• [Brief]:
Please give back only the lines below from the one containing "#78=ORIENTED_EDGE('',*,*,#77,.T.);" to the one containing "#100=LINE('',#85,#95);", each repeated word for word, both ends included.

• [Task data]:
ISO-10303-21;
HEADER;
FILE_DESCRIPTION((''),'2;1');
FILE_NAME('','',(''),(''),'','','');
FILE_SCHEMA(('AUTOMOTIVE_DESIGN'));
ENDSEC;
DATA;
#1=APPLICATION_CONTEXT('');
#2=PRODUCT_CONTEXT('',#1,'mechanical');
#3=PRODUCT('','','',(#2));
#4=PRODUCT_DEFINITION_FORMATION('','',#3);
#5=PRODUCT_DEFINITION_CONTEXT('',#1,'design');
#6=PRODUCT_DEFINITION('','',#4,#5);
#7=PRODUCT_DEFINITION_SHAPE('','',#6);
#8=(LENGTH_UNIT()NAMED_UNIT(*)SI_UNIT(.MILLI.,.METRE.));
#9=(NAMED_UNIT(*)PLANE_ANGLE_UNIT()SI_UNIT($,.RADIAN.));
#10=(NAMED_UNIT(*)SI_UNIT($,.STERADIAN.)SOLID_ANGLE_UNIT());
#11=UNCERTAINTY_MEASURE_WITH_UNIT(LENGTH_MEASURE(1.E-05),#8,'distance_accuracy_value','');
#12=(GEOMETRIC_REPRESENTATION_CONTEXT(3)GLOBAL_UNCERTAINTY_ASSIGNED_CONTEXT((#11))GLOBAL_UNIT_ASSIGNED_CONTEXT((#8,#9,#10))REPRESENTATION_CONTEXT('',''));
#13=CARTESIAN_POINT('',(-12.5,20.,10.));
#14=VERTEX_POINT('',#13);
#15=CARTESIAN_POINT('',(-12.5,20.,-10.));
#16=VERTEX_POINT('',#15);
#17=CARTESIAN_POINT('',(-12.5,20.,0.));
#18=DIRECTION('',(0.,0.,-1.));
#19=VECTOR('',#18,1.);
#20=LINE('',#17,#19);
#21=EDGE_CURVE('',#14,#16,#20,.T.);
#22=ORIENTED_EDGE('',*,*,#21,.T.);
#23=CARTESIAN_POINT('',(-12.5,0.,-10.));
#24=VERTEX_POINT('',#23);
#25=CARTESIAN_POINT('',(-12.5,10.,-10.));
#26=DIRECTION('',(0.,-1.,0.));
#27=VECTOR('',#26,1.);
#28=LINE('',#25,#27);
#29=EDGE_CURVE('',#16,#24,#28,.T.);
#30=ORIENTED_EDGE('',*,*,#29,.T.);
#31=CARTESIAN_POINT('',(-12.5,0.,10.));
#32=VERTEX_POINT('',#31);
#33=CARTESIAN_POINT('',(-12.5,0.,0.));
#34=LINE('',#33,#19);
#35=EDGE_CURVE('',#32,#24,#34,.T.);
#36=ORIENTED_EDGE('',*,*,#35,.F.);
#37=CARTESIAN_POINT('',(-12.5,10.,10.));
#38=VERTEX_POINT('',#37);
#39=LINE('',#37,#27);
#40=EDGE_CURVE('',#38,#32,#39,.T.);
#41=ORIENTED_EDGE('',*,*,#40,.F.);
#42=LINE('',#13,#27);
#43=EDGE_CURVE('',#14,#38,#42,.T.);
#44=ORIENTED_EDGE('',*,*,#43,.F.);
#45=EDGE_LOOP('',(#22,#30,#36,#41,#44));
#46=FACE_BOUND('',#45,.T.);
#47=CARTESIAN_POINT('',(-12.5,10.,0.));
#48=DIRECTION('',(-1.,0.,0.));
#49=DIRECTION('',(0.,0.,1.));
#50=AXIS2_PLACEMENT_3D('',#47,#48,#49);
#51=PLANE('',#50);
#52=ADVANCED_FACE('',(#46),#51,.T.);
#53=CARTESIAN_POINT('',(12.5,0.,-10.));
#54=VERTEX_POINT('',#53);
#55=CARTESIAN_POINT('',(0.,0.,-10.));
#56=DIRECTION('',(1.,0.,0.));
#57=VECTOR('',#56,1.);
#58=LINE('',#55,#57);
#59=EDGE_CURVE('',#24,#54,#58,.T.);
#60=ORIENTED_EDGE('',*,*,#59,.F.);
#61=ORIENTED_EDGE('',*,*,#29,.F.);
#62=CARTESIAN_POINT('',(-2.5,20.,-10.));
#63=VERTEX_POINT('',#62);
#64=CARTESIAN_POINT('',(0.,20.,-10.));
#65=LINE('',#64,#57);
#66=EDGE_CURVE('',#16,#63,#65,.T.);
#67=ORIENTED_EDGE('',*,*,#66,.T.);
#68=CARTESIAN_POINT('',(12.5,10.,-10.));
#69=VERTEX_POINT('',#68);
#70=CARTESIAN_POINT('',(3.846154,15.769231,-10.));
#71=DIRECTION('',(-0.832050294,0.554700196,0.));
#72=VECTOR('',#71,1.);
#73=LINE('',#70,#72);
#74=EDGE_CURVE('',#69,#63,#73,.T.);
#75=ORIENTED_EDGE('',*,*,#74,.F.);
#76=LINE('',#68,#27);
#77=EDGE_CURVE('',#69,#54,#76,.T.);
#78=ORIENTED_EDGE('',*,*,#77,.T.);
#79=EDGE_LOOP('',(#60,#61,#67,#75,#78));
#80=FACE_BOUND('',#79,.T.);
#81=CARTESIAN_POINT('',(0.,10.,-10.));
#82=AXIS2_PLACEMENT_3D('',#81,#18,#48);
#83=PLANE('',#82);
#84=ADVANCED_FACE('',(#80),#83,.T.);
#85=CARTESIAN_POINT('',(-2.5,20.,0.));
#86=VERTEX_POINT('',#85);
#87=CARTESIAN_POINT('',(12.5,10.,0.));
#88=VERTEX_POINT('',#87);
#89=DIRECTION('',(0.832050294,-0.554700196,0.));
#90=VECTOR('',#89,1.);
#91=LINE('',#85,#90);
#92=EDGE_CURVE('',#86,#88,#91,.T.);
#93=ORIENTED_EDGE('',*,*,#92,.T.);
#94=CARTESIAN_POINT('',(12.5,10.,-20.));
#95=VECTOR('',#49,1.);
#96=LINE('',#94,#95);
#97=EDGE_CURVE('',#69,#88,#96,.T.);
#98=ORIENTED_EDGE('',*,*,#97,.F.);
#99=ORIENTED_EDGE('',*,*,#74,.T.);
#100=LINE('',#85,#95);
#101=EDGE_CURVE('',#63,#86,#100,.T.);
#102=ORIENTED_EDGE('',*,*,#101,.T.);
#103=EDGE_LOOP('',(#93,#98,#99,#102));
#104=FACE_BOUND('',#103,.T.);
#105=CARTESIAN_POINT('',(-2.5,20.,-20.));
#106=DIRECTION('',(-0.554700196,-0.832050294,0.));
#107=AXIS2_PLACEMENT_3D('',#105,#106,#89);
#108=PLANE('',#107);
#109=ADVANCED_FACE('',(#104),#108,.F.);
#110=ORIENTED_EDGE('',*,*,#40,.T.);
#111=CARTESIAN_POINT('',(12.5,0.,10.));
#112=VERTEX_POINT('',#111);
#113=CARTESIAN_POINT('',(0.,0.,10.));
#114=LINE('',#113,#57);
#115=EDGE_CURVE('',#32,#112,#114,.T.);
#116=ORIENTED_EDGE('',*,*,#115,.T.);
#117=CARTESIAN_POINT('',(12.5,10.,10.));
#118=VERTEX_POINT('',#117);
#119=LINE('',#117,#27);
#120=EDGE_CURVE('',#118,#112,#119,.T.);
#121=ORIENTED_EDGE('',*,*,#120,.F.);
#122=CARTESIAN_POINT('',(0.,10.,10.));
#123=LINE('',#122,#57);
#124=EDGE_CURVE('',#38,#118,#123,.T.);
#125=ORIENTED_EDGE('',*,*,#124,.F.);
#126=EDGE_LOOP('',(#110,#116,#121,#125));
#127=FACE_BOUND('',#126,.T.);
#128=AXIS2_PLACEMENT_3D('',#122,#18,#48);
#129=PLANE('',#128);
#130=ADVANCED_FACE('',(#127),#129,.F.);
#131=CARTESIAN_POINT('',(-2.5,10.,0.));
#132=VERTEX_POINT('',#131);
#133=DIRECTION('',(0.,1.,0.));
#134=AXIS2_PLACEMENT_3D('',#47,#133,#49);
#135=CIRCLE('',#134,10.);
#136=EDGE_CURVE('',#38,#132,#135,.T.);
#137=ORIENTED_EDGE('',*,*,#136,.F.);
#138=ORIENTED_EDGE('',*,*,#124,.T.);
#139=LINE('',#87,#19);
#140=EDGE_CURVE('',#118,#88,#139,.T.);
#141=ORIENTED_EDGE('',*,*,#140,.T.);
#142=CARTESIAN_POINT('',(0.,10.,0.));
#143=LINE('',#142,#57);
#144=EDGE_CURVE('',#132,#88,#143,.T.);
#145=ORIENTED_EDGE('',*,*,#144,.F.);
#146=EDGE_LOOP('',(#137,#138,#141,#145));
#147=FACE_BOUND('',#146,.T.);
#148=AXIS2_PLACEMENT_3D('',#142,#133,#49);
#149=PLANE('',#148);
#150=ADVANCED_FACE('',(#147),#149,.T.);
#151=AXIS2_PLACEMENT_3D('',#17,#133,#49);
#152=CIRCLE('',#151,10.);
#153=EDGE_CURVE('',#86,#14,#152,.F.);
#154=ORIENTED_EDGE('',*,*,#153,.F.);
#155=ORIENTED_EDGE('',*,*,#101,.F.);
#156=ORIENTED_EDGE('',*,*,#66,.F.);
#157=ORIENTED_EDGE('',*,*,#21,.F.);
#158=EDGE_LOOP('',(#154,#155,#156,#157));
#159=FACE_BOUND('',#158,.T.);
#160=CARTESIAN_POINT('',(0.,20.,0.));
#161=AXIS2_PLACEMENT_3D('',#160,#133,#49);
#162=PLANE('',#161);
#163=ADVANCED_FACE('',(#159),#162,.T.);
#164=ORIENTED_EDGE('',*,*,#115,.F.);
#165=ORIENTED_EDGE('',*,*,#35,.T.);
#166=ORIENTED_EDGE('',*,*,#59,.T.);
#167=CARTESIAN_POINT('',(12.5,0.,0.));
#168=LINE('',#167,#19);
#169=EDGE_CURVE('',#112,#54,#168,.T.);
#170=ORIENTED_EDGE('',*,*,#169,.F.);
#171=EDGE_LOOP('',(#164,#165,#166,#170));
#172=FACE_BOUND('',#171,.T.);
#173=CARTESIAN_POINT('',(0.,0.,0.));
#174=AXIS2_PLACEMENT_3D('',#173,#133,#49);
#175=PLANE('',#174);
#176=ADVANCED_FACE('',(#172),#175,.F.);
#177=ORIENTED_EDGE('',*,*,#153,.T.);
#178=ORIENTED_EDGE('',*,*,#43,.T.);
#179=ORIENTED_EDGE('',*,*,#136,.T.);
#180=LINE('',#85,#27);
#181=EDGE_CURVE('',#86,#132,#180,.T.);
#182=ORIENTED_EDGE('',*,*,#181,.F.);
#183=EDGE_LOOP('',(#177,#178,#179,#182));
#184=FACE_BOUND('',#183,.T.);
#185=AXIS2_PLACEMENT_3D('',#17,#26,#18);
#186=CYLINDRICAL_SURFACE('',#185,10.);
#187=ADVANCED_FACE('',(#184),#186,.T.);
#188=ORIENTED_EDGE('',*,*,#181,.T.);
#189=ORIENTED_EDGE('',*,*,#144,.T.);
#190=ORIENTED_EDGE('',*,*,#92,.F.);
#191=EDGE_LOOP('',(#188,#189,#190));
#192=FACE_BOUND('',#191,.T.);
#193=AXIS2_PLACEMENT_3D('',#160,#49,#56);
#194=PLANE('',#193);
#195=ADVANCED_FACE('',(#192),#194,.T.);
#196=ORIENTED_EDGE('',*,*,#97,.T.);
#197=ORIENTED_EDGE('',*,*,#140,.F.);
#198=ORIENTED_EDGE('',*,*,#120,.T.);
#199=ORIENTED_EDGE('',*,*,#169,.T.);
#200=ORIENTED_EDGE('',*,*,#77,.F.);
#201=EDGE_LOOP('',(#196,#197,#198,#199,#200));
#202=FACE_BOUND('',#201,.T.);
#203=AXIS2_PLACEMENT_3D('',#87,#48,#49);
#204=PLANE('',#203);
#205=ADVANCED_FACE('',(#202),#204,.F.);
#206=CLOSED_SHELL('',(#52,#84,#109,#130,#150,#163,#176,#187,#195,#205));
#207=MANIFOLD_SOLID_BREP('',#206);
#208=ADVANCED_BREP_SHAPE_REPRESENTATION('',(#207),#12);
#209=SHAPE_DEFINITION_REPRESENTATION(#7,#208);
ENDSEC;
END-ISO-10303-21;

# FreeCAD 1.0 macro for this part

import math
import FreeCAD as App
import Part
import Sketcher
Q = App.Units.Quantity


def add_polygon(sketch, points):
    """Adds a closed chain of lines whose ends are joined by coincident constraints."""
    first, n = sketch.GeometryCount, len(points)
    for a, b in zip(points, points[1:] + points[:1]):
        sketch.addGeometry(Part.LineSegment(App.Vector(*a, 0), App.Vector(*b, 0)), False)
    for i in range(n):
        sketch.addConstraint(Sketcher.Constraint("Coincident", first + i, 2, first + (i + 1) % n, 1))

doc = App.newDocument("Part")
params = doc.addObject("Spreadsheet::Sheet", "Params")
for row, (alias, value) in enumerate([
    ("sketch1_width", "25 mm"),
    ("sketch1_height", "20 mm"),
    ("pad1_length", "10 mm"),
    ("sketch2_radius", "10 mm"),
    ("sketch2_width", "15 mm"),
    ("pad2_length", "20 mm"),
    ("sketch3_width", "15 mm"),
    ("sketch3_height", "10 mm"),
    ("pocket1_length", "20 mm"),
], start=1):
    params.set(f"A{row}", alias)
    params.set(f"B{row}", "=" + value)
    params.setAlias(f"B{row}", alias)

body = doc.addObject("PartDesign::Body", "Body")

# Sketch on XZ plane
sketch1 = body.newObject("Sketcher::SketchObject", "Sketch")
sketch1.AttachmentSupport = (doc.getObject("XZ_Plane"), [""])
sketch1.MapMode = "FlatFace"
add_polygon(sketch1, [(-12.5, -10), (-12.5, 10), (12.5, 10), (12.5, -10)])  # lines 0-3
sketch1.addConstraint(Sketcher.Constraint("Vertical", 0))
sketch1.addConstraint(Sketcher.Constraint("Horizontal", 1))
sketch1.addConstraint(Sketcher.Constraint("Vertical", 2))
sketch1.addConstraint(Sketcher.Constraint("Horizontal", 3))
sketch1.addConstraint(Sketcher.Constraint("Symmetric", 0, 2, 2, 2, -1, 1))
sketch1.addConstraint(Sketcher.Constraint("DistanceX", 1, 1, 1, 2, Q("25 mm")))
sketch1.addConstraint(Sketcher.Constraint("DistanceY", 0, 1, 0, 2, Q("20 mm")))
sketch1.setExpression("Constraints[9]", "Params.sketch1_width")
sketch1.setExpression("Constraints[10]", "Params.sketch1_height")
pad1 = body.newObject("PartDesign::Pad", "Pad")
pad1.Profile = sketch1
pad1.setExpression("Length", "Params.pad1_length")
pad1.Reversed = True

# Sketch on XZ plane
sketch2 = body.newObject("Sketcher::SketchObject", "Sketch001")
sketch2.AttachmentSupport = (doc.getObject("XZ_Plane"), [""])
sketch2.MapMode = "FlatFace"
sketch2.addGeometry(Part.LineSegment(App.Vector(-12.5, -10, 0), App.Vector(-12.5, 10, 0)), False)
sketch2.addGeometry(Part.ArcOfCircle(Part.Circle(App.Vector(-12.5, 0, 0), App.Vector(0, 0, 1), 10), math.radians(0), math.radians(90)), False)
sketch2.addGeometry(Part.LineSegment(App.Vector(-2.5, 0, 0), App.Vector(12.5, 0, 0)), False)
sketch2.addGeometry(Part.LineSegment(App.Vector(12.5, 0, 0), App.Vector(12.5, -10, 0)), False)
sketch2.addGeometry(Part.LineSegment(App.Vector(12.5, -10, 0), App.Vector(-12.5, -10, 0)), False)
sketch2.addConstraint(Sketcher.Constraint("Coincident", 0, 2, 1, 2))
sketch2.addConstraint(Sketcher.Constraint("Coincident", 1, 1, 2, 1))
sketch2.addConstraint(Sketcher.Constraint("Coincident", 2, 2, 3, 1))
sketch2.addConstraint(Sketcher.Constraint("Coincident", 3, 2, 4, 1))
sketch2.addConstraint(Sketcher.Constraint("Coincident", 4, 2, 0, 1))
sketch2.addConstraint(Sketcher.Constraint("Vertical", 0))
sketch2.addConstraint(Sketcher.Constraint("Horizontal", 2))
sketch2.addConstraint(Sketcher.Constraint("Vertical", 3))
sketch2.addConstraint(Sketcher.Constraint("Horizontal", 4))
sketch2.addConstraint(Sketcher.Constraint("Symmetric", 0, 2, 3, 2, -1, 1))
sketch2.addConstraint(Sketcher.Constraint("PointOnObject", 1, 3, -1))
sketch2.addConstraint(Sketcher.Constraint("PointOnObject", 1, 1, -1))
sketch2.addConstraint(Sketcher.Constraint("Vertical", 1, 3, 0, 2))
sketch2.addConstraint(Sketcher.Constraint("Radius", 1, Q("10 mm")))
sketch2.addConstraint(Sketcher.Constraint("DistanceX", 2, 1, 2, 2, Q("15 mm")))
sketch2.setExpression("Constraints[13]", "Params.sketch2_radius")
sketch2.setExpression("Constraints[14]", "Params.sketch2_width")
pad2 = body.newObject("PartDesign::Pad", "Pad001")
pad2.Profile = sketch2
pad2.setExpression("Length", "Params.pad2_length")
pad2.Reversed = True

• [Answer for this exercise]:
#78=ORIENTED_EDGE('',*,*,#77,.T.);
#79=EDGE_LOOP('',(#60,#61,#67,#75,#78));
#80=FACE_BOUND('',#79,.T.);
#81=CARTESIAN_POINT('',(0.,10.,-10.));
#82=AXIS2_PLACEMENT_3D('',#81,#18,#48);
#83=PLANE('',#82);
#84=ADVANCED_FACE('',(#80),#83,.T.);
#85=CARTESIAN_POINT('',(-2.5,20.,0.));
#86=VERTEX_POINT('',#85);
#87=CARTESIAN_POINT('',(12.5,10.,0.));
#88=VERTEX_POINT('',#87);
#89=DIRECTION('',(0.832050294,-0.554700196,0.));
#90=VECTOR('',#89,1.);
#91=LINE('',#85,#90);
#92=EDGE_CURVE('',#86,#88,#91,.T.);
#93=ORIENTED_EDGE('',*,*,#92,.T.);
#94=CARTESIAN_POINT('',(12.5,10.,-20.));
#95=VECTOR('',#49,1.);
#96=LINE('',#94,#95);
#97=EDGE_CURVE('',#69,#88,#96,.T.);
#98=ORIENTED_EDGE('',*,*,#97,.F.);
#99=ORIENTED_EDGE('',*,*,#74,.T.);
#100=LINE('',#85,#95);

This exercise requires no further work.